### Directions
Starting at the first line of the data below, retype every line up to and including the one containing "#158=LINE('',#150,#49);".

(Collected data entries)

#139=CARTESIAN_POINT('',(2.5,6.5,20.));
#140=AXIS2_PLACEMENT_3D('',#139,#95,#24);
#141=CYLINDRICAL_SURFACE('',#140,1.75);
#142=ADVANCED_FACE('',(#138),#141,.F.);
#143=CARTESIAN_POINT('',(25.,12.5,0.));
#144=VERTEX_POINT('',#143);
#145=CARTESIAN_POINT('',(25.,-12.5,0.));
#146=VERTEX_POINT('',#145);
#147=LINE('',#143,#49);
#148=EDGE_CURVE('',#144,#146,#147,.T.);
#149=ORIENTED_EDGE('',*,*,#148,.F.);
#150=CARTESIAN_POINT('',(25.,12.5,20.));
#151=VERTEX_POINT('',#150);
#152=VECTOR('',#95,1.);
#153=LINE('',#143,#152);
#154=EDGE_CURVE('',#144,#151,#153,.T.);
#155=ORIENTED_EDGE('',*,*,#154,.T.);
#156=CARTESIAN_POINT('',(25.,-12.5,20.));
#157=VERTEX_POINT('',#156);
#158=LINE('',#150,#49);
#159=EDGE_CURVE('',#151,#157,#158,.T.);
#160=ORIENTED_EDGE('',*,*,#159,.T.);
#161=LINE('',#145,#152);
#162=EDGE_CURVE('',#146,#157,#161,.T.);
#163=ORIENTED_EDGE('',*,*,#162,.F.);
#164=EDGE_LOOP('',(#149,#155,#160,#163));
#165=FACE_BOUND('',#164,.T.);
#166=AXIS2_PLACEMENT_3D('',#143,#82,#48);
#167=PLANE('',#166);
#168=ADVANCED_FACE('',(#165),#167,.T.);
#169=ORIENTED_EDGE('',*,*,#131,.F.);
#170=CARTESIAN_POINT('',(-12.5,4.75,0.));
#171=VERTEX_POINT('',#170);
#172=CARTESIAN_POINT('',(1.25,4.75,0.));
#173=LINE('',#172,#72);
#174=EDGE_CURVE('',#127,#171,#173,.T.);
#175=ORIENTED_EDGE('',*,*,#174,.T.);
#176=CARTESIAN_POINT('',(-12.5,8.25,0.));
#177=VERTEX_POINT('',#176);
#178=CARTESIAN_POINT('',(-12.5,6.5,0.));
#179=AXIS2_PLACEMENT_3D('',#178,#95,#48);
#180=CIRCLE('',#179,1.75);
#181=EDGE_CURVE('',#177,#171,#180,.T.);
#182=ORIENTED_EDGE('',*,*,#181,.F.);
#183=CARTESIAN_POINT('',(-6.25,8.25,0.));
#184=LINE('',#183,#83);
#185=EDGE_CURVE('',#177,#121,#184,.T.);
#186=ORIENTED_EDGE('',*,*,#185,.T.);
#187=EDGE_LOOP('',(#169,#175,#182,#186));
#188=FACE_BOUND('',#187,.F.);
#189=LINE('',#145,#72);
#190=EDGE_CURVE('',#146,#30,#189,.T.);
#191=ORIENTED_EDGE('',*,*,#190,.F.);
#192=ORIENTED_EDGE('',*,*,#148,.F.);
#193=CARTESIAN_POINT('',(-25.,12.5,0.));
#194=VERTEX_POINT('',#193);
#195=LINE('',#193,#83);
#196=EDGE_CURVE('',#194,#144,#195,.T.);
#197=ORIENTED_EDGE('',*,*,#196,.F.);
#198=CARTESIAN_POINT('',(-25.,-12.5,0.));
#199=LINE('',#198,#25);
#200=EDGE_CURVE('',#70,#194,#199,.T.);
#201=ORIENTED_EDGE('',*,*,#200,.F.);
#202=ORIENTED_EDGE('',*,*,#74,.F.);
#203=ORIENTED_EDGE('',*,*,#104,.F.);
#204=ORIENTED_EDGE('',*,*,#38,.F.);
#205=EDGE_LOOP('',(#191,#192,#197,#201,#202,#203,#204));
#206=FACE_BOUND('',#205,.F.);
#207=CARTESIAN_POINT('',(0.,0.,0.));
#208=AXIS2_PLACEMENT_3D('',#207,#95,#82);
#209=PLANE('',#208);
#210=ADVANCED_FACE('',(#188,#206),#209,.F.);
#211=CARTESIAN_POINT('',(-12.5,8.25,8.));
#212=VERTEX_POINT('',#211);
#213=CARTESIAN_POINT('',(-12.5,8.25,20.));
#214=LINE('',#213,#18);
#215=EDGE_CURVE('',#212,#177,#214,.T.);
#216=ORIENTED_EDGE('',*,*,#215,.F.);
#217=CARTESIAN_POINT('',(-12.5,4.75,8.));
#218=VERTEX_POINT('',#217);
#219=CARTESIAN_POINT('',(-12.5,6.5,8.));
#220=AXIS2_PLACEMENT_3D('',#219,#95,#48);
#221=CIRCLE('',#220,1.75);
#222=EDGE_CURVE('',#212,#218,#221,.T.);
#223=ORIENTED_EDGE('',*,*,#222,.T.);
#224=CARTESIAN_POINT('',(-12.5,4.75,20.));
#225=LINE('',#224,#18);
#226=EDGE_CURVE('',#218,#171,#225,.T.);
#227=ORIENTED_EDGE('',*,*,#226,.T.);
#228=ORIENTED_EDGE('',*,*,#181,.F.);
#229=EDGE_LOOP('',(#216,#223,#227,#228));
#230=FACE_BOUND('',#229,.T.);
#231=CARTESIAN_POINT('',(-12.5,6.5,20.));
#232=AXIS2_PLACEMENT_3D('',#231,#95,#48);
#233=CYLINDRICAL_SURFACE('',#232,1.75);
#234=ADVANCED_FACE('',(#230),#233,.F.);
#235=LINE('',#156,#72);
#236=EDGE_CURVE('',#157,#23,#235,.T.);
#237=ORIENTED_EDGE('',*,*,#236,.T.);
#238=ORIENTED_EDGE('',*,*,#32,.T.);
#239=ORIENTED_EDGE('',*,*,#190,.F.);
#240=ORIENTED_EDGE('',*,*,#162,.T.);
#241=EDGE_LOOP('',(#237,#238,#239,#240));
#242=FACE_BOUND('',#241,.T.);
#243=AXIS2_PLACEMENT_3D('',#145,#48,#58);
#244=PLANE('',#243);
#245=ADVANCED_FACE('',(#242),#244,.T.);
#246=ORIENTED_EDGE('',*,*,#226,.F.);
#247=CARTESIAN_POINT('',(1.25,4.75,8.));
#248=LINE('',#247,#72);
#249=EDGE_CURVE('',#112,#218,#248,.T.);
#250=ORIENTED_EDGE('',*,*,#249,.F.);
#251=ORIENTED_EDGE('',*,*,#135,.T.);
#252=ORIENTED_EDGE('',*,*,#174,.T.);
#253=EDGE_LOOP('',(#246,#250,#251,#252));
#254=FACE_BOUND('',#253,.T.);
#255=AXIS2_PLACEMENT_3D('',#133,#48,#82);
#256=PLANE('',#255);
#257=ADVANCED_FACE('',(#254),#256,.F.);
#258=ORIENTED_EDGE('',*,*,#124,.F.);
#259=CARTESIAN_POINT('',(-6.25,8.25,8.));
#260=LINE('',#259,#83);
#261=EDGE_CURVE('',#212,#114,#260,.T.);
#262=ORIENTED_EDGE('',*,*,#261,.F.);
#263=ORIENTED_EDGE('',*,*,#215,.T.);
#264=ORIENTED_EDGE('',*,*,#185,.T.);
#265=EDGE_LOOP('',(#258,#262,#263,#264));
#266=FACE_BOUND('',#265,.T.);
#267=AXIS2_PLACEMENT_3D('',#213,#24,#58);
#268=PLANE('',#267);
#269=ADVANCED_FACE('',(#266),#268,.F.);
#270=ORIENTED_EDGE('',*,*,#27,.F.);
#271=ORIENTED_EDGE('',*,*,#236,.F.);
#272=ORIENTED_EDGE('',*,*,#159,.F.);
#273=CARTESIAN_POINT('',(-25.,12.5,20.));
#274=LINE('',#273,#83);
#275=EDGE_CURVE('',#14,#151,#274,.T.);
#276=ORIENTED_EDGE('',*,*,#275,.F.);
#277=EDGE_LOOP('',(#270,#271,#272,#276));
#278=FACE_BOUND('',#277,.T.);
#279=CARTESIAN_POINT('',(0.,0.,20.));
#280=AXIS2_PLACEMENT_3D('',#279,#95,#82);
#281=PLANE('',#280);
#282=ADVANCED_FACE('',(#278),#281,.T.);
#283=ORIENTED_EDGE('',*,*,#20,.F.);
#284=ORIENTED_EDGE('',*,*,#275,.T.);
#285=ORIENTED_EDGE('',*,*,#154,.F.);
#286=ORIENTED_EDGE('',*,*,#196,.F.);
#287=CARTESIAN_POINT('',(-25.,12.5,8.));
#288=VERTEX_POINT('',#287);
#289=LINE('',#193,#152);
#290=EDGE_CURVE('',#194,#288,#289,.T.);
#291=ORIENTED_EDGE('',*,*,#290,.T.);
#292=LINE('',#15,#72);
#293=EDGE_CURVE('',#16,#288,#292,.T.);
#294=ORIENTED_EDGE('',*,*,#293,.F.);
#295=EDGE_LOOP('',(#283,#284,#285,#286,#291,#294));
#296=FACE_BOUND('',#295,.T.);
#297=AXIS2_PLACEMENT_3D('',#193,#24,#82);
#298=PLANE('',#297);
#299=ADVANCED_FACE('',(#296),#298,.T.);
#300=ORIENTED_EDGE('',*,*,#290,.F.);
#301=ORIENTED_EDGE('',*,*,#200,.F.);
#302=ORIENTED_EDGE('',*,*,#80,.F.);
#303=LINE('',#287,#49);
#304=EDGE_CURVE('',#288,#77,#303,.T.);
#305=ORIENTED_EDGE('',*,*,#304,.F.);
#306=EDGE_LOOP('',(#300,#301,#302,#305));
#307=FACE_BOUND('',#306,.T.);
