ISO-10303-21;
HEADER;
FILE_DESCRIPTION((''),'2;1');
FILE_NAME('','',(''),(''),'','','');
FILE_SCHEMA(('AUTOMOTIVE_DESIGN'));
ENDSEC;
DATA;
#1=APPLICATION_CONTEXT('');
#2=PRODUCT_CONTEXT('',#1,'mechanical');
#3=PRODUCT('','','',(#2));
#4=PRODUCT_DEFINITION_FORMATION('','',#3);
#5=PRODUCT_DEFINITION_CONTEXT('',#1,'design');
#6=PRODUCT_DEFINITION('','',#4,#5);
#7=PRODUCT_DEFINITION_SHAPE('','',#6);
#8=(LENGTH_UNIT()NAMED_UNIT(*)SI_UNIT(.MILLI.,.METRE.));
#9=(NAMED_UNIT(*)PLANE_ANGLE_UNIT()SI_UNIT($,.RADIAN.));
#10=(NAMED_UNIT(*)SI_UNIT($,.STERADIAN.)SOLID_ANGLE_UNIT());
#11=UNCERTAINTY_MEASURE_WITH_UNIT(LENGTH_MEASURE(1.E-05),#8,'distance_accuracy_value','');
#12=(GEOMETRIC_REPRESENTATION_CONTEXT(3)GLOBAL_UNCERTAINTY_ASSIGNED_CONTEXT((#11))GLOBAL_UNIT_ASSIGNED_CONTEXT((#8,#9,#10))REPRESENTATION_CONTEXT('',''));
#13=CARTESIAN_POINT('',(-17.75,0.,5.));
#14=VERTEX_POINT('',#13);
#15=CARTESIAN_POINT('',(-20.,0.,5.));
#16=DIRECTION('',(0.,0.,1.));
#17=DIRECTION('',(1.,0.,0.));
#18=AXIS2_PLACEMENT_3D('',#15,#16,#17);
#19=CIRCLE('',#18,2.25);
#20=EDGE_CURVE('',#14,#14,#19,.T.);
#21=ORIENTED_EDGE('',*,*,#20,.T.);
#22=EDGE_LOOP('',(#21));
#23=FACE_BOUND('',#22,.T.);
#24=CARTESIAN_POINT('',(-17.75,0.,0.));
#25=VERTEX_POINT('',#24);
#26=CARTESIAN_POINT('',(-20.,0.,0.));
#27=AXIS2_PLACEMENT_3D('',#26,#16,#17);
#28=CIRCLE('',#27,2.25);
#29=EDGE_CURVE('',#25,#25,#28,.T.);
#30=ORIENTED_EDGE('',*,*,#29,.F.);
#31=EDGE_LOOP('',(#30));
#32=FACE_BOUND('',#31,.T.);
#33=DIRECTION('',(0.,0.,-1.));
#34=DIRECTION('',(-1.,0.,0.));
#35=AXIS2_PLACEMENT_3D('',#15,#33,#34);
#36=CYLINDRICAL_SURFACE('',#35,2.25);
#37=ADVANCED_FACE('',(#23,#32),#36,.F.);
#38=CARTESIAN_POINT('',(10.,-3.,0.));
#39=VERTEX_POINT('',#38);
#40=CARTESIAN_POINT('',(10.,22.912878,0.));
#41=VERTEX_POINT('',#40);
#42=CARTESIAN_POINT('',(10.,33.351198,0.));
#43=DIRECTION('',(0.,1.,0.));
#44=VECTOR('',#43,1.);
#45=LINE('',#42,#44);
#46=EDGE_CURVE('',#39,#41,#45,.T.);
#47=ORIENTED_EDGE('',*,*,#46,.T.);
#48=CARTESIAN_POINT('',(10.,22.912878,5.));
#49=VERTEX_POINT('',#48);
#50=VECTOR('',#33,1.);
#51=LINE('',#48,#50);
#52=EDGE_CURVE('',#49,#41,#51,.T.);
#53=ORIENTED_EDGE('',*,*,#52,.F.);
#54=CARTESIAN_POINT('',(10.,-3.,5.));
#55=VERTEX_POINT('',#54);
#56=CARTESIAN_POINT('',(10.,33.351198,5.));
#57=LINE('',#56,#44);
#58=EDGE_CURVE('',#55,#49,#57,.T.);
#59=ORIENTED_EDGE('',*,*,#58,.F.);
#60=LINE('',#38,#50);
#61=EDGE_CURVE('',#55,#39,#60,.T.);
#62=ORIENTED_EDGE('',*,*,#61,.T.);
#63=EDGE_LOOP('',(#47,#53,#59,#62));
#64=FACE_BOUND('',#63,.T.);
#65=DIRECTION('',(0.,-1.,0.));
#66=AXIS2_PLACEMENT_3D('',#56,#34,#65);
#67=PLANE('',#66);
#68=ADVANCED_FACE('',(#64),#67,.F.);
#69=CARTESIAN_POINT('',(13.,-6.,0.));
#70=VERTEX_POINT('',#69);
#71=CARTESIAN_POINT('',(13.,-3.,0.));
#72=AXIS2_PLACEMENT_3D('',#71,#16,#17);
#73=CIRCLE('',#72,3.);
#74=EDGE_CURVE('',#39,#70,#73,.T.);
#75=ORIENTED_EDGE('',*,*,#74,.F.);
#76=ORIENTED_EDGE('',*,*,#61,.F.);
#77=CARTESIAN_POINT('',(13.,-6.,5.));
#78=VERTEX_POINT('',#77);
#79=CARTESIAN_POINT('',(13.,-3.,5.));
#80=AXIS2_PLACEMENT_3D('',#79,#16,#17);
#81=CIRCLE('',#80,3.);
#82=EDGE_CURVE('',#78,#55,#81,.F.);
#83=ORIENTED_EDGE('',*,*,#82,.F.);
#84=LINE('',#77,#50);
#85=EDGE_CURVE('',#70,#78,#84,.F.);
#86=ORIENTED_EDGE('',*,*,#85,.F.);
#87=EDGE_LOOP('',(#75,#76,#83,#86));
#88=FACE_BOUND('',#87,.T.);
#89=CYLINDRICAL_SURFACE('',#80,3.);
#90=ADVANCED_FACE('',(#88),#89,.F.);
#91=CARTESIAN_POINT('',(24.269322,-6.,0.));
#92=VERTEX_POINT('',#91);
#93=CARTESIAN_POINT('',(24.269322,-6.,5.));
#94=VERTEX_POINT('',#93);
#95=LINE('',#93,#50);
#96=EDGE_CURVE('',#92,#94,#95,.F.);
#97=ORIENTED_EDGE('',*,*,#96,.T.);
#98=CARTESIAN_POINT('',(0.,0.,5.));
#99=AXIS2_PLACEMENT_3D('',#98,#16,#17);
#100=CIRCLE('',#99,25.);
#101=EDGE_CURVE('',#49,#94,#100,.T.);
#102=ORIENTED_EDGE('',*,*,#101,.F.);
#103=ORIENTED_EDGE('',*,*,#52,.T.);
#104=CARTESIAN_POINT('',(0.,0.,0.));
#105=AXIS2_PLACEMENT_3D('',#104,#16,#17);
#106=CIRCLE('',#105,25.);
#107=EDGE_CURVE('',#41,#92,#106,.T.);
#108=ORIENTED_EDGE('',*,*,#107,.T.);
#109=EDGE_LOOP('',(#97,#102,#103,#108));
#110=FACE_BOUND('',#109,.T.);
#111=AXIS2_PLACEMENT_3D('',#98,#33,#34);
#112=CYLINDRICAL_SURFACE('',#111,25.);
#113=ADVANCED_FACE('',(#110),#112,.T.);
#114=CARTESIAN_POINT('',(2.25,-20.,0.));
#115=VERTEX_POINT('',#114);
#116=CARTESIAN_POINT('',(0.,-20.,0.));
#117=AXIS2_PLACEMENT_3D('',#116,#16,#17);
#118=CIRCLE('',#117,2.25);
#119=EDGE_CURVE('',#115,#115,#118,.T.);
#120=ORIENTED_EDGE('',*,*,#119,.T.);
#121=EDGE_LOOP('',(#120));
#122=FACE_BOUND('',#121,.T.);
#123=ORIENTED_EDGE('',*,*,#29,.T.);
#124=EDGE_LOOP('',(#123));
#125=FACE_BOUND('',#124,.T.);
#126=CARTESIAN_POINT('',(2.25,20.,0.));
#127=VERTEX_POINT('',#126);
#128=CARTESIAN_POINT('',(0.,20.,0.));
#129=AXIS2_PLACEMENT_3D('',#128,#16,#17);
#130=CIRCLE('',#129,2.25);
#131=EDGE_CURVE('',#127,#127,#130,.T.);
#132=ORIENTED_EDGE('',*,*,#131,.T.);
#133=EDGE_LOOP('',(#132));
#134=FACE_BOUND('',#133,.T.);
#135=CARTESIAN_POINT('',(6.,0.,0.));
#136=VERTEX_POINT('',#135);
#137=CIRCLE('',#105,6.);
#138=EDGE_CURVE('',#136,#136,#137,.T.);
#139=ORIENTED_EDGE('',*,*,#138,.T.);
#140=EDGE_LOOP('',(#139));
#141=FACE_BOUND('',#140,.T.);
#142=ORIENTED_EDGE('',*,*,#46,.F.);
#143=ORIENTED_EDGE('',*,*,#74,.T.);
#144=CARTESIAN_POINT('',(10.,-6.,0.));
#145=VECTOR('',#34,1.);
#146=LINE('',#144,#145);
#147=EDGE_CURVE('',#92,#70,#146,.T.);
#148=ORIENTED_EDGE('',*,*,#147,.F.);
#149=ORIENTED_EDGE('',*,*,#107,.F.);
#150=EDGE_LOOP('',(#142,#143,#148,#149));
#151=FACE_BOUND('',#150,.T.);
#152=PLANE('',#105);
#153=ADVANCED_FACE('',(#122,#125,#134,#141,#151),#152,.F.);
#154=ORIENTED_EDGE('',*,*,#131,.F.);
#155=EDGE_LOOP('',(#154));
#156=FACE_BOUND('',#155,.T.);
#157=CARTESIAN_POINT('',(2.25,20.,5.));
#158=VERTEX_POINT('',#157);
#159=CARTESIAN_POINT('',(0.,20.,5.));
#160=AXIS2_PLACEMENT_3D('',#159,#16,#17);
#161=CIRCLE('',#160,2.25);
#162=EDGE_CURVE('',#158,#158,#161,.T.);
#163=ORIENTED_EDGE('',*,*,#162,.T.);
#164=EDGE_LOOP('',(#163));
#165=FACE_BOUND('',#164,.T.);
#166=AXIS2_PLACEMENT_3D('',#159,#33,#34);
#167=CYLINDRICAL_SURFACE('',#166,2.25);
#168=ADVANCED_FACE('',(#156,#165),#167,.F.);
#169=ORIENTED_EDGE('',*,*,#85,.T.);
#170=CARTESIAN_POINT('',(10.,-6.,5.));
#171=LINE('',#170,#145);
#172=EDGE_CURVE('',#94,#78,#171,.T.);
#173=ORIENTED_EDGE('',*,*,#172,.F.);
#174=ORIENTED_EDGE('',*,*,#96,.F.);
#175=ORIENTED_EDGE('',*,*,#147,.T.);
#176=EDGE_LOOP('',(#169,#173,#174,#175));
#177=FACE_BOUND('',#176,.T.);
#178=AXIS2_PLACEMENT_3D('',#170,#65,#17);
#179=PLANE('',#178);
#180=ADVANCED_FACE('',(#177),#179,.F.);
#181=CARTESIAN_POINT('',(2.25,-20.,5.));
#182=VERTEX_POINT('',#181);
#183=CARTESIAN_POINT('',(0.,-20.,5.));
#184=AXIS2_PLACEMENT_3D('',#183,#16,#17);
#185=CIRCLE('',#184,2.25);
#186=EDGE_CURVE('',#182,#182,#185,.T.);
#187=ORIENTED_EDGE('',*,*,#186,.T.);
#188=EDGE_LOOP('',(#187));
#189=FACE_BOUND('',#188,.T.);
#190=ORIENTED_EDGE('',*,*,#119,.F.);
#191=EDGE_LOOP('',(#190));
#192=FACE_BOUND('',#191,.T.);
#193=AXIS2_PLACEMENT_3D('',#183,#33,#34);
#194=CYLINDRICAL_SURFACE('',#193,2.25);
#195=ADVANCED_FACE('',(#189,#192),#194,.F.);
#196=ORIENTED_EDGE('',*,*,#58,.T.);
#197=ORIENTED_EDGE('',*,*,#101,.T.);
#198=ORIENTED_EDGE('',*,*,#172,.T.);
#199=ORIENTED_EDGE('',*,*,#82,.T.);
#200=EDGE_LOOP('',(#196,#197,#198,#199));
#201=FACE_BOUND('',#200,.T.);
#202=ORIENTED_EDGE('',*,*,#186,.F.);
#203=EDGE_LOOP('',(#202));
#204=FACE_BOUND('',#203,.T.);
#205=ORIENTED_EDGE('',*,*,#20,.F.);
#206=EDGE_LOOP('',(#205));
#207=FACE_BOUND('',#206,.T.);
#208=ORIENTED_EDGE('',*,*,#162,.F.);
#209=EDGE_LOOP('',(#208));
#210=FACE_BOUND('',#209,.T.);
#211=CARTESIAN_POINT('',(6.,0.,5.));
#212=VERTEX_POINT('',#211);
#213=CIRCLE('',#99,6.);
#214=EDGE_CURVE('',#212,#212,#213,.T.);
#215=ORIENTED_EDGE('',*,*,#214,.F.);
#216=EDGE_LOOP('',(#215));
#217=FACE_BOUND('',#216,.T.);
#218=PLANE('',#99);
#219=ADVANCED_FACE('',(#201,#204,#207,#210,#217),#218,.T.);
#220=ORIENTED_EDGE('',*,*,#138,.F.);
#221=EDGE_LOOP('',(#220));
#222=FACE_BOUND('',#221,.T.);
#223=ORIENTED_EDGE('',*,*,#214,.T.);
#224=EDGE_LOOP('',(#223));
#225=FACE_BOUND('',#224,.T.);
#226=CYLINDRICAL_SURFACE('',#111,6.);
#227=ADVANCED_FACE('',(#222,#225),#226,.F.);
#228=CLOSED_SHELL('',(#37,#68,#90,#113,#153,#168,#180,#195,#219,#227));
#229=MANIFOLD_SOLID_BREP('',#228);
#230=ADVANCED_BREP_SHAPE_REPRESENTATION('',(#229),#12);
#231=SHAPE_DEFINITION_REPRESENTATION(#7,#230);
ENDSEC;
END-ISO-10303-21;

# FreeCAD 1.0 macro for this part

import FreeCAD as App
import Part
import Sketcher


def edges_at(feature, points):
    """Names of the edges that pass closest to the given points."""
    edges = feature.Shape.Edges
    near = lambda p: min(range(len(edges)), key=lambda i: edges[i].distToShape(Part.Vertex(*p))[0])
    return sorted({f"Edge{near(p) + 1}" for p in points})

doc = App.newDocument("Part")
body = doc.addObject("PartDesign::Body", "Body")

# Sketch on XY plane
sketch1 = body.newObject("Sketcher::SketchObject", "Sketch")
sketch1.AttachmentSupport = (doc.getObject("XY_Plane"), [""])
sketch1.MapMode = "FlatFace"
sketch1.addGeometry(Part.Circle(App.Vector(0, 0, 0), App.Vector(0, 0, 1), 25), False)
sketch1.addGeometry(Part.Circle(App.Vector(0, -20, 0), App.Vector(0, 0, 1), 2.2), False)
sketch1.addGeometry(Part.Circle(App.Vector(-20, 0, 0), App.Vector(0, 0, 1), 2.2), False)
sketch1.addGeometry(Part.Circle(App.Vector(0, 0, 0), App.Vector(0, 0, 1), 6), False)
sketch1.addGeometry(Part.Circle(App.Vector(0, 20, 0), App.Vector(0, 0, 1), 2.2), False)
sketch1.addConstraint(Sketcher.Constraint("Coincident", 0, 3, -1, 1))
sketch1.addConstraint(Sketcher.Constraint("Coincident", 3, 3, -1, 1))
sketch1.addConstraint(Sketcher.Constraint("Equal", 1, 2))
sketch1.addConstraint(Sketcher.Constraint("Equal", 2, 4))
sketch1.addConstraint(Sketcher.Constraint("Symmetric", 1, 3, 4, 3, -1, 1))
sketch1.addConstraint(Sketcher.Constraint("PointOnObject", 1, 3, -2))
sketch1.addConstraint(Sketcher.Constraint("PointOnObject", 2, 3, -1))
sketch1.addConstraint(Sketcher.Constraint("Diameter", 0, 50.0))
sketch1.addConstraint(Sketcher.Constraint("Diameter", 3, 12.0))
sketch1.addConstraint(Sketcher.Constraint("Diameter", 1, 4.5))
sketch1.addConstraint(Sketcher.Constraint("DistanceY", 1, 3, -1, 1, 20.0))
sketch1.addConstraint(Sketcher.Constraint("DistanceX", 2, 3, -1, 1, 20.0))
pad1 = body.newObject("PartDesign::Pad", "Pad")
pad1.Profile = sketch1
pad1.Length = 5

# Sketch on XY plane
sketch2 = body.newObject("Sketcher::SketchObject", "Sketch001")
sketch2.AttachmentSupport = (doc.getObject("XY_Plane"), [""])
sketch2.MapMode = "FlatFace"
sketch2.addGeometry(Part.LineSegment(App.Vector(34, 33, 0), App.Vector(34, -6, 0)), False)
sketch2.addGeometry(Part.LineSegment(App.Vector(34, -6, 0), App.Vector(10, -6, 0)), False)
sketch2.addGeometry(Part.LineSegment(App.Vector(10, -6, 0), App.Vector(10, 33, 0)), False)
sketch2.addGeometry(Part.LineSegment(App.Vector(10, 33, 0), App.Vector(34, 33, 0)), False)
sketch2.addConstraint(Sketcher.Constraint("Coincident", 0, 2, 1, 1))
sketch2.addConstraint(Sketcher.Constraint("Coincident", 1, 2, 2, 1))
sketch2.addConstraint(Sketcher.Constraint("Coincident", 2, 2, 3, 1))
sketch2.addConstraint(Sketcher.Constraint("Coincident", 3, 2, 0, 1))
sketch2.addConstraint(Sketcher.Constraint("Vertical", 0))
sketch2.addConstraint(Sketcher.Constraint("Horizontal", 1))
sketch2.addConstraint(Sketcher.Constraint("Vertical", 2))
sketch2.addConstraint(Sketcher.Constraint("Horizontal", 3))
sketch2.addConstraint(Sketcher.Constraint("DistanceY", 0, 2, -1, 1, 6.0))
sketch2.addConstraint(Sketcher.Constraint("DistanceX", -1, 1, 1, 2, 10.0))
sketch2.addConstraint(Sketcher.Constraint("DistanceX", 1, 2, 1, 1, 24.326967))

### Exercise response
#139=CARTESIAN_POINT('',(2.5,6.5,20.));
#140=AXIS2_PLACEMENT_3D('',#139,#95,#24);
#141=CYLINDRICAL_SURFACE('',#140,1.75);
#142=ADVANCED_FACE('',(#138),#141,.F.);
#143=CARTESIAN_POINT('',(25.,12.5,0.));
#144=VERTEX_POINT('',#143);
#145=CARTESIAN_POINT('',(25.,-12.5,0.));
#146=VERTEX_POINT('',#145);
#147=LINE('',#143,#49);
#148=EDGE_CURVE('',#144,#146,#147,.T.);
#149=ORIENTED_EDGE('',*,*,#148,.F.);
#150=CARTESIAN_POINT('',(25.,12.5,20.));
#151=VERTEX_POINT('',#150);
#152=VECTOR('',#95,1.);
#153=LINE('',#143,#152);
#154=EDGE_CURVE('',#144,#151,#153,.T.);
#155=ORIENTED_EDGE('',*,*,#154,.T.);
#156=CARTESIAN_POINT('',(25.,-12.5,20.));
#157=VERTEX_POINT('',#156);
#158=LINE('',#150,#49);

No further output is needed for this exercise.